A test case specification should include:

  1. the name of the test case
    So that we have a way of referring to this test case.
  2. the component and functional area it tests
    So the reader knows what we are talking about.
  3. a simple statement of the assertion it tests
    Perhaps including reference to the relevent specifications and requirements.
  4. what pre-conditions must be established
    This establishes the context in which the test should be run (e.g. what data files should be where). These should only be the pre-conditions for this particular test case. More general pre-conditions (e.g. what software should be installed on what kind of system, and configured how) should be described at a higher level.
  5. what operations will be invoked (and if not obvious, how)
    This may be as simple as "run command x with arguments y", but it could possibly entail the construction of a new driver framework.
  6. what results will be captured (and if not obvious, how)
    This may be as simple as record the returned value, and save the contents of a few output files, but it could involve special stub-modules and diagnostic instrumentation.
  7. how we will determine whether or not the results are correct
    What our general expectations are, and how we will process the collected output to ascertain that those expectations have been fulfilled.

As with other specifications and designs, there is no universally appropriate level of detail. For simple things to be done by people who are familiar with the problem, very brief descriptions may be entirely adequate. For complex things to be done by people who are new to the process, it may be necessary to spell out everything in painful detail. When in Rome, do as the Romans do.

5. Summary

Well designed test systems should run themselves and interpret their own output.

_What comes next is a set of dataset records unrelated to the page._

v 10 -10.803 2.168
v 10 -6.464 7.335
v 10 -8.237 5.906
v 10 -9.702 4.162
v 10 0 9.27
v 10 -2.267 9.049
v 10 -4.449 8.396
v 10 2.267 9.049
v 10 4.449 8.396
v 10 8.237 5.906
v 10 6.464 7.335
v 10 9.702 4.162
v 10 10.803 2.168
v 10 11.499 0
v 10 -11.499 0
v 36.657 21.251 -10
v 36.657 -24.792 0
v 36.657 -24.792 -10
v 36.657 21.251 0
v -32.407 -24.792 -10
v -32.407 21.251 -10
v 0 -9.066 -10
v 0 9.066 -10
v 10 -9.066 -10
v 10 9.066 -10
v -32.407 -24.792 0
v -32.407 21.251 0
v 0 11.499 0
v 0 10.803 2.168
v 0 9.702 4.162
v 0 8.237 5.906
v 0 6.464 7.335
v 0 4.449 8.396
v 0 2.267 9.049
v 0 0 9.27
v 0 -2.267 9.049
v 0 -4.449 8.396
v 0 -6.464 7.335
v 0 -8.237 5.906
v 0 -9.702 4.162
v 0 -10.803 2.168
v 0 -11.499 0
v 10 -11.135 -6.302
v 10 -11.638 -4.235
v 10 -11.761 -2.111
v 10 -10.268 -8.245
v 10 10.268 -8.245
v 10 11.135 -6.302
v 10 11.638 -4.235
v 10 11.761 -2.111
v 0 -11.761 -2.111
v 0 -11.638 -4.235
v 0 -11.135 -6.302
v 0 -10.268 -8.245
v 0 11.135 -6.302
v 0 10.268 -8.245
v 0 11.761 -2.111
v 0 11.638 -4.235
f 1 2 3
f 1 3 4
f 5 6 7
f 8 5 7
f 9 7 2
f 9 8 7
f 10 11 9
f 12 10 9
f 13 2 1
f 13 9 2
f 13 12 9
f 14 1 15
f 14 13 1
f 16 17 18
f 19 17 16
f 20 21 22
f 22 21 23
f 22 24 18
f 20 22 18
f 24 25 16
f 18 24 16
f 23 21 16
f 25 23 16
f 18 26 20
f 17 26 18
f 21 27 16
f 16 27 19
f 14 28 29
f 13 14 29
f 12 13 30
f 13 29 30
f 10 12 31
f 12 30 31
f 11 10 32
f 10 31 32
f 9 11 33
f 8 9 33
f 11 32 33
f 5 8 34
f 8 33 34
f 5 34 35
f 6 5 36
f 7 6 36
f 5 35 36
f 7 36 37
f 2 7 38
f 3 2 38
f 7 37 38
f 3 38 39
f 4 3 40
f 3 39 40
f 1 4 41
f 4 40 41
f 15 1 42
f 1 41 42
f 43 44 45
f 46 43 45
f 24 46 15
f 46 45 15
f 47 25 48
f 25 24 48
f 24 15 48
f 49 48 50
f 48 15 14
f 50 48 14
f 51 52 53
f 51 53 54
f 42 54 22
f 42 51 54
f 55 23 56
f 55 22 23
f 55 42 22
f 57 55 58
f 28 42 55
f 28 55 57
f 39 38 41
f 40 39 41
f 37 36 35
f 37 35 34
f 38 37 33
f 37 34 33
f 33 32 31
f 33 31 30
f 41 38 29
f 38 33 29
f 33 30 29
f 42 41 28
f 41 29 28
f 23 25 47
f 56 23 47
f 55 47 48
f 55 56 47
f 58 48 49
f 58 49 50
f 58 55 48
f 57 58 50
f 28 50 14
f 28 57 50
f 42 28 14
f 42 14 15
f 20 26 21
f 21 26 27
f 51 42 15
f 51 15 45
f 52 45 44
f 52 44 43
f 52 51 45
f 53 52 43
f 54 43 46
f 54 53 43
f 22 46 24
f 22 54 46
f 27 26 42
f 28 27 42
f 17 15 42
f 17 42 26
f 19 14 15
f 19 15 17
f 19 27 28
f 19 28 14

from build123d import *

# Parameters (mm, degrees)
SKETCH_1_W      = 69.064774026
SKETCH_1_H      = 46.043182684
EXTRUDE_1_DEPTH = 10
SKETCH_2_R      = 11.767350743
EXTRUDE_3_DEPTH = 10
OTHER_1_DEPTH   = 10


# Read off the part's stored shape, not the designer's step: Пересечение1
with BuildPart() as part:
    # Эскиз1 → Бобышка-Вытянуть1 (new body)
    with BuildSketch(Plane.XY):
        with Locations((2.12506997, -1.770891642)):
            Rectangle(SKETCH_1_W, SKETCH_1_H)
    extrude(amount=-EXTRUDE_1_DEPTH)


with BuildPart() as body_2:
    # Эскиз2 → Бобышка-Вытянуть3 (new body)
    with BuildSketch(Plane(origin=(0, 0, 0), x_dir=(0, 0, -1), z_dir=(1, 0, 0))):
        with Locations((-19.75002894, 0)):
            Circle(SKETCH_2_R)
    extrude(amount=EXTRUDE_3_DEPTH)


with BuildPart() as body_2_1:
    # Move Body 1: moved
    add(body_2.part.moved(Location((0, 0, -22.247799759))))


with BuildPart() as other_1_tool:
    # Пересечение1 outline → Пересечение1 (new body)
    with BuildSketch(Plane.YZ):
        with BuildLine():
            Line((11.499203644, 0), (-11.499203644, 0))
            ThreePointArc((-11.499203644, 0), (0, -14.265121562), (11.499203644, 0))
        make_face()
    extrude(amount=OTHER_1_DEPTH)


with BuildPart() as part_1:
    add(part.part)

    # Пересечение1: cut by other_1_tool
    add(other_1_tool.part, mode=Mode.SUBTRACT)


with BuildPart() as body_2_2:
    add(body_2_1.part)

    # Пересечение1: cut by other_1_tool
    add(other_1_tool.part, mode=Mode.SUBTRACT)


solid = Compound([part_1.part, body_2_2.part])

As such, the running and interpretation of test suites should require no skill and little effort.

Deciding which test cases to run in order to get the greatest amount of confidence at an acceptable price, and enumerating the details associated with each of those test cases may require as much skill and effort as goes into the design and construction of the software to be tested. In most cases, the best way to ensure that a system can be thoroughly tested for a reasonable price is to architect the testability into the system when it is initially designed. You cannot properly archtect a system unless you know how you are going to test it.